Class I stones are the oldest — simple symbols carved into natural boulders or slabs. They carry no Christian imagery. These likely predate the Picts’ conversion to Christianity in the 6th and 7th centuries.
Class II stones are cross-slabs, where Pictish symbols appear alongside Christian crosses and biblical scenes. These are later in date — and they suggest the Picts absorbed Christianity without abandoning their own traditions entirely.
By the time Pictish stones stop appearing, around the 9th century, the Picts had begun to merge with the incoming Gaelic-speaking Scots. Within a generation or two, there were no Picts. There was only Scotland.
The Picts Are Still All Around You
The Pictish language is extinct. Not dormant — gone. There is not enough surviving text to even be certain what language family it belonged to.
But the Picts left traces in the Scottish landscape that are still visible today. The prefix “Pit-” in Scottish place names — Pitlochry, Pitmedden, Pittenweem — is Pictish. It meant “a share of land.” The element “Aber-” in Aberdeen and Aberfeldy is Pictish for “mouth of a river.”
Every time you read a Scottish map, you are reading fragments of a language that died over 1,000 years ago.
Where are the best Pictish stones to visit in Scotland?
The Aberlemno Stones in Angus are the finest examples still standing in their original locations. Meigle Museum in Perthshire holds the largest indoor collection, with 27 carved stones. For sheer scale, Sueno’s Stone in Forres — at 6.5 metres tall — is unmissable.
What do Pictish symbols mean?
No one knows for certain. The symbols — double disc, Z-rod, Pictish beast, eagle — appear consistently across hundreds of stones, suggesting a shared meaning system. But that system has never been decoded. Theories range from clan markers to memorial inscriptions, but none is universally accepted.
When is the best time to visit the Aberlemno Stones in Angus?
Spring through autumn is ideal. The stones are covered in protective wooden boxes between November and April to shield them from frost damage.
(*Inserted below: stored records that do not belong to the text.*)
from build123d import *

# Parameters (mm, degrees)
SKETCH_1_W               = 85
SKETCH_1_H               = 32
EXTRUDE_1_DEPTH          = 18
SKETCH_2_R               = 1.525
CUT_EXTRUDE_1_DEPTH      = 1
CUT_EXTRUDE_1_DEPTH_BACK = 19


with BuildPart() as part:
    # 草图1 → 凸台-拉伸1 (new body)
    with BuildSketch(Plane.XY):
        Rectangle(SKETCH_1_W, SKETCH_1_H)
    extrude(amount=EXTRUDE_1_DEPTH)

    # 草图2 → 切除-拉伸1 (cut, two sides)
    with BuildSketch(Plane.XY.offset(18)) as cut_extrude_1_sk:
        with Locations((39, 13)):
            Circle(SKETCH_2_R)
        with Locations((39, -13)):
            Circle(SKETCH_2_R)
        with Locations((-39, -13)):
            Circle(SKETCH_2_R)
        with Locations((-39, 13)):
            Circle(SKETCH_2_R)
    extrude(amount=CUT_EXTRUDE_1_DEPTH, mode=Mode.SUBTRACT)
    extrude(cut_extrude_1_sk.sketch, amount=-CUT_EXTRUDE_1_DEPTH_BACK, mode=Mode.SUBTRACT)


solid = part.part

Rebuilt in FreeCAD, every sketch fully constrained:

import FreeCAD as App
import Part
import Sketcher
Q = App.Units.Quantity


def add_polygon(sketch, points):
    """Adds a closed chain of lines whose ends are joined by coincident constraints."""
    first, n = sketch.GeometryCount, len(points)
    for a, b in zip(points, points[1:] + points[:1]):
        sketch.addGeometry(Part.LineSegment(App.Vector(*a, 0), App.Vector(*b, 0)), False)
    for i in range(n):
        sketch.addConstraint(Sketcher.Constraint("Coincident", first + i, 2, first + (i + 1) % n, 1))

doc = App.newDocument("Part")
body = doc.addObject("PartDesign::Body", "Body")

sketch1 = body.newObject("Sketcher::SketchObject", "Sketch")
sketch1.AttachmentSupport = (doc.getObject("XY_Plane"), [""])
sketch1.MapMode = "FlatFace"
add_polygon(sketch1, [(-42, 16), (-42, -16), (42, -16), (42, 16)])
sketch1.addConstraint([
    Sketcher.Constraint("Vertical", 0),
    Sketcher.Constraint("Horizontal", 1),
    Sketcher.Constraint("Vertical", 2),
    Sketcher.Constraint("Horizontal", 3),
    Sketcher.Constraint("Symmetric", 0, 2, 2, 2, -1, 1),
    Sketcher.Constraint("DistanceX", 1, 1, 1, 2, Q("85 mm")),
    Sketcher.Constraint("DistanceY", 0, 2, 0, 1, Q("32 mm")),
])
pad1 = body.newObject("PartDesign::Pad", "Pad")
pad1.Profile = sketch1
pad1.Length = 18

sketch2 = body.newObject("Sketcher::SketchObject", "Sketch001")
sketch2.AttachmentSupport = (doc.getObject("XY_Plane"), [""])
sketch2.MapMode = "FlatFace"
sketch2.AttachmentOffset = App.Placement(App.Vector(0, 0, 18), App.Rotation())
sketch2.addGeometry([
    Part.Circle(App.Vector(39, 13, 0), App.Vector(0, 0, 1), 1.5),
    Part.Circle(App.Vector(39, -13, 0), App.Vector(0, 0, 1), 1.5),
    Part.Circle(App.Vector(-39, -13, 0), App.Vector(0, 0, 1), 1.5),
    Part.Circle(App.Vector(-39, 13, 0), App.Vector(0, 0, 1), 1.5),
], False)
sketch2.addConstraint([
    Sketcher.Constraint("Equal", 0, 1),
    Sketcher.Constraint("Equal", 1, 2),
    Sketcher.Constraint("Equal", 2, 3),
    Sketcher.Constraint("Symmetric", 0, 3, 2, 3, -1, 1),
    Sketcher.Constraint("Symmetric", 1, 3, 3, 3, -1, 1),
    Sketcher.Constraint("Symmetric", 1, 3, 2, 3, -2),
    Sketcher.Constraint("Diameter", 0, Q("3.05 mm")),
    Sketcher.Constraint("DistanceX", -1, 1, 0, 3, Q("39 mm")),
    Sketcher.Constraint("DistanceY", -1, 1, 0, 3, Q("13 mm")),
])
pocket1 = body.newObject("PartDesign::Pocket", "Pocket")
pocket1.Profile = sketch2
pocket1.Type = "ThroughAll"
pocket1.Midplane = True

doc.recompute()
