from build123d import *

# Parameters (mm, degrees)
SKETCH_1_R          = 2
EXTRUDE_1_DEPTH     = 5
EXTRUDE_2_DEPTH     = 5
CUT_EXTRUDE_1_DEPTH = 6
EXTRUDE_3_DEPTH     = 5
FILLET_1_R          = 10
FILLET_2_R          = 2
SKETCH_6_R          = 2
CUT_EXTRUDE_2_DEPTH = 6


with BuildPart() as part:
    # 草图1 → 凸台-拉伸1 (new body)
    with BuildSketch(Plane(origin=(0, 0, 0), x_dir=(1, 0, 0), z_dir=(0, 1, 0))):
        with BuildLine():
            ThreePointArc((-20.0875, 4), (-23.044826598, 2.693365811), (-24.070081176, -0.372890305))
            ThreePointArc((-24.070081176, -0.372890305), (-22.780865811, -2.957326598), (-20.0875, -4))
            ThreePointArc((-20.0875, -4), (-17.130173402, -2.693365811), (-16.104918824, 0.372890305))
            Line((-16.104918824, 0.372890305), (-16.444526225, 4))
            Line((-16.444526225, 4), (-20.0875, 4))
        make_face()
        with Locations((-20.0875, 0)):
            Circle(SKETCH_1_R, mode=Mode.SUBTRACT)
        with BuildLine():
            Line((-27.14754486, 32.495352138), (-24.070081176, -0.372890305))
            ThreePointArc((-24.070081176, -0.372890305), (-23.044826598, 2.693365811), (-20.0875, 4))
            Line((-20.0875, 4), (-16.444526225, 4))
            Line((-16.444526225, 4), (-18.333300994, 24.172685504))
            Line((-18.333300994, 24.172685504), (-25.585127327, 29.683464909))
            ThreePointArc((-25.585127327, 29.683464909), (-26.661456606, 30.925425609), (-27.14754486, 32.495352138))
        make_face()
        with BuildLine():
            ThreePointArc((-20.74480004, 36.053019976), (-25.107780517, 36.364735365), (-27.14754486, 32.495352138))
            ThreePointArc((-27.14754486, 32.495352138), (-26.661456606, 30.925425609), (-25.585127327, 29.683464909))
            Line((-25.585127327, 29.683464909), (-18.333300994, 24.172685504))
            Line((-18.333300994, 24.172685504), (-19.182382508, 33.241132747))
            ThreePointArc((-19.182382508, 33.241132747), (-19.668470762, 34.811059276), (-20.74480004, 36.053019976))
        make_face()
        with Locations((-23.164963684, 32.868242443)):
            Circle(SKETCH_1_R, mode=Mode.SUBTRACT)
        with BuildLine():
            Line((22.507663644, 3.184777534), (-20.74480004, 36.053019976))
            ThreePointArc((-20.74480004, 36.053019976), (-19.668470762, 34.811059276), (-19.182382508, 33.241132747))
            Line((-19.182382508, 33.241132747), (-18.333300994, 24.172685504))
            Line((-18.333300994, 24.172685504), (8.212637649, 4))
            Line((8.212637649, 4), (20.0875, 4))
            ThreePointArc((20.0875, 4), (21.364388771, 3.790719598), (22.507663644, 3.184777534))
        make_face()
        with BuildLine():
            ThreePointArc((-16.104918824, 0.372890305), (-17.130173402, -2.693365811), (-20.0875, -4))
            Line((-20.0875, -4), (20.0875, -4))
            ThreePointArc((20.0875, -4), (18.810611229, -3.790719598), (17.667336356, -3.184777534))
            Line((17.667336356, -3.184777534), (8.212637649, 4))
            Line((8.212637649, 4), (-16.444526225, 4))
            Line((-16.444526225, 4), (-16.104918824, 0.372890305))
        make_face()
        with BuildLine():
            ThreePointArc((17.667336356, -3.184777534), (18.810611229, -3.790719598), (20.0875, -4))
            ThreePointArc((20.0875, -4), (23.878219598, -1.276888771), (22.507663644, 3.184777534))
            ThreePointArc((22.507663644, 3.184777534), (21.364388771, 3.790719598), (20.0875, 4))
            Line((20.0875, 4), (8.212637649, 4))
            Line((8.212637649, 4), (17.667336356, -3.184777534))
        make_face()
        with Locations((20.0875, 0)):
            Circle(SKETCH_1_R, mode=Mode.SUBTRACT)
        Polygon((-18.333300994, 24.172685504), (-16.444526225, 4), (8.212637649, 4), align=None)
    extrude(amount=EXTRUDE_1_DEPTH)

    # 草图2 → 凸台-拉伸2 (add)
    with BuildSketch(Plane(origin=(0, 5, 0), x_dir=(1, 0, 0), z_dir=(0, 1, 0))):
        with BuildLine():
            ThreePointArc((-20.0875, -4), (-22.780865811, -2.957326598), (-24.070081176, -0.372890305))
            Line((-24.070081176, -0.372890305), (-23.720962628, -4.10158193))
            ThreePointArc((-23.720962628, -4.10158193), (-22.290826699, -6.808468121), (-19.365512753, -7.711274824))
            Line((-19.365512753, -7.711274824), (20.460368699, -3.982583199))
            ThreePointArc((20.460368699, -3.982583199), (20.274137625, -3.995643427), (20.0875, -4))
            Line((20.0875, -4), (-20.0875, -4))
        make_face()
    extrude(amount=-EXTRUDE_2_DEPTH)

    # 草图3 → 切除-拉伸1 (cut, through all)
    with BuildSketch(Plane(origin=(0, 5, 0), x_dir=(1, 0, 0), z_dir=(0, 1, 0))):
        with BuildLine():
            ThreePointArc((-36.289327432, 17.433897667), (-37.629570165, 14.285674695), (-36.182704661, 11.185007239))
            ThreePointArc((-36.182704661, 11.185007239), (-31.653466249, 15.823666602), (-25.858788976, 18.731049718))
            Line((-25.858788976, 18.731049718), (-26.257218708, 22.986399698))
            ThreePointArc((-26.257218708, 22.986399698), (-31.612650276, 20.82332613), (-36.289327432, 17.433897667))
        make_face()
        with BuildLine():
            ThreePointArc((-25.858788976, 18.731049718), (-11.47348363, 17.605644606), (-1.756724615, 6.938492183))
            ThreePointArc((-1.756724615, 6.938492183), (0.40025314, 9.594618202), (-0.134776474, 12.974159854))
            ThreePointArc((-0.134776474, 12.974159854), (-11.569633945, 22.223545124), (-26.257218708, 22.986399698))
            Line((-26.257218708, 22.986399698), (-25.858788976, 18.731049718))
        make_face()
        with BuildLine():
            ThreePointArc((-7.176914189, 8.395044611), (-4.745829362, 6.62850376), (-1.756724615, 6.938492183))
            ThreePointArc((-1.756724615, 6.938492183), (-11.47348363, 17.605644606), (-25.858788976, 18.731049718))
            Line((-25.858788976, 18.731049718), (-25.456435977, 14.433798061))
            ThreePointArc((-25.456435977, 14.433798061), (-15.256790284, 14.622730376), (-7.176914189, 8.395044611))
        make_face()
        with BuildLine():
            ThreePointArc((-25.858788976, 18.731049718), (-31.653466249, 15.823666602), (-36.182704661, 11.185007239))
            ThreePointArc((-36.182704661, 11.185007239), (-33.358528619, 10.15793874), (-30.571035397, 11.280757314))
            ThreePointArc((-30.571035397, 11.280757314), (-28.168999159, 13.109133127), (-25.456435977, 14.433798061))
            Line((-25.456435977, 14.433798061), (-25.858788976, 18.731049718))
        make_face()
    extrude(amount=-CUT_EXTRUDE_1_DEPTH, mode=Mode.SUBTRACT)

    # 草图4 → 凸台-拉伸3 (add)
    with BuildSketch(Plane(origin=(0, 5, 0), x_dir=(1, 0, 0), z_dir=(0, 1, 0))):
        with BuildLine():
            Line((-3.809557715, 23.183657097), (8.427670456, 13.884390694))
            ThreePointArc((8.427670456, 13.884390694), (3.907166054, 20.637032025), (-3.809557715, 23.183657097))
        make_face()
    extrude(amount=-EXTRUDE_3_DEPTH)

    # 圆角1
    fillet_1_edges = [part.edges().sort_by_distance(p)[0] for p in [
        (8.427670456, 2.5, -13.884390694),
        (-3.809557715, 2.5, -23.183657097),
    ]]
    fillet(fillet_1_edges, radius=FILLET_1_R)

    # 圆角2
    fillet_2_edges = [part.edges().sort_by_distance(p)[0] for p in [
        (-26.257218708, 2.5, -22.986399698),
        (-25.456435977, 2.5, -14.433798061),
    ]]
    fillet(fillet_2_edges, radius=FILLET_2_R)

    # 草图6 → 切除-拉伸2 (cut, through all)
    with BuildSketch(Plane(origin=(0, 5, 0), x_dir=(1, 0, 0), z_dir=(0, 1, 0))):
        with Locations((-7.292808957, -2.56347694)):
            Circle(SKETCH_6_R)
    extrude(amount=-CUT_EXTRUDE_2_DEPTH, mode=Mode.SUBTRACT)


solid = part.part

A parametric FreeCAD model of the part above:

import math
import FreeCAD as App
import Part
import Sketcher
from FreeCAD import Vector
Q = App.Units.Quantity


def edges_at(feature, points):
    """Names of the edges that pass closest to the given points."""
    edges = feature.Shape.Edges
    near = lambda p: min(range(len(edges)), key=lambda i: edges[i].distToShape(Part.Vertex(*p))[0])
    return sorted({f"Edge{near(p) + 1}" for p in points})

doc = App.newDocument("Part")
body = doc.addObject("PartDesign::Body", "Body")

# Sketch on XZ plane
sketch1 = doc.addObject("Sketcher::SketchObject", "Sketch")
body.addObject(sketch1)
sketch1.AttachmentSupport = (doc.XZ_Plane, [""])
sketch1.MapMode = "FlatFace"
sketch1.addGeometry([
    Part.LineSegment(Vector(-20.1, 4, 0), Vector(20.1, 4, 0)),  # 0
    Part.ArcOfCircle(Part.Circle(Vector(20.1, 0, 0), Vector(0, 0, 1), 4), math.radians(-53), math.radians(90)),  # 1
    Part.LineSegment(Vector(22.5, -3.2, 0), Vector(-20.7, -36.1, 0)),  # 2
    Part.ArcOfCircle(Part.Circle(Vector(-23.2, -32.9, 0), Vector(0, 0, 1), 4), math.radians(175), math.radians(307)),  # 3
    Part.LineSegment(Vector(-27.1, -32.5, 0), Vector(-24.1, 0.4, 0)),  # 4
    Part.ArcOfCircle(Part.Circle(Vector(-20.1, 0, 0), Vector(0, 0, 1), 4), math.radians(90), math.radians(175)),  # 5
    Part.Circle(Vector(-20.1, 0, 0), Vector(0, 0, 1), 2),  # 6
    Part.Circle(Vector(20.1, 0, 0), Vector(0, 0, 1), 2),  # 7
    Part.Circle(Vector(-23.2, -32.9, 0), Vector(0, 0, 1), 2),  # 8
], False)
sketch1.addConstraint([
    Sketcher.Constraint("Tangent", 0, 2, 1, 2),
    Sketcher.Constraint("Tangent", 1, 1, 2, 1),
    Sketcher.Constraint("Tangent", 2, 2, 3, 2),
    Sketcher.Constraint("Tangent", 3, 1, 4, 1),
    Sketcher.Constraint("Tangent", 4, 2, 5, 2),
    Sketcher.Constraint("Tangent", 5, 1, 0, 1),
    Sketcher.Constraint("Horizontal", 0),
    Sketcher.Constraint("Coincident", 6, 3, 5, 3),
    Sketcher.Constraint("Coincident", 7, 3, 1, 3),
    Sketcher.Constraint("Coincident", 8, 3, 3, 3),
    Sketcher.Constraint("Equal", 1, 3),
    Sketcher.Constraint("Equal", 3, 5),
    Sketcher.Constraint("Equal", 6, 7),
    Sketcher.Constraint("Equal", 7, 8),
    Sketcher.Constraint("Symmetric", 1, 3, 5, 3, -1, 1),
    Sketcher.Constraint("Diameter", 6, Q("4 mm")),
    Sketcher.Constraint("Radius", 1, Q("4 mm")),
    Sketcher.Constraint("DistanceX", 0, 1, 0, 2, Q("40.175 mm")),
    Sketcher.Constraint("Distance", 2, Q("54.324 mm")),
    Sketcher.Constraint("Distance", 4, Q("33.012 mm")),
])
pad1 = doc.addObject("PartDesign::Pad", "Pad")
body.addObject(pad1)
pad1.Profile = sketch1
pad1.Length = 5
pad1.Reversed = True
Summer evenings, when Scotland’s long golden light lingers past nine o’clock, are particularly atmospheric.
How old are Pictish stones?
The earliest date from around the 4th or 5th century. The later carved cross-slabs were produced up until the 9th century. Many have been standing in their current locations for over 1,200 years — longer than the Norman conquest of England.
There is something quietly humbling about standing in a field in Angus, face to face with a stone that has been there since before medieval Europe existed as we know it. The Picts who carved these symbols had names, languages, beliefs, and stories. We have their art. We just cannot yet read it.
Perhaps that is the point. Perhaps the best thing Scotland’s ancient stones can do is remind us that not everything needs an explanation to be felt deeply.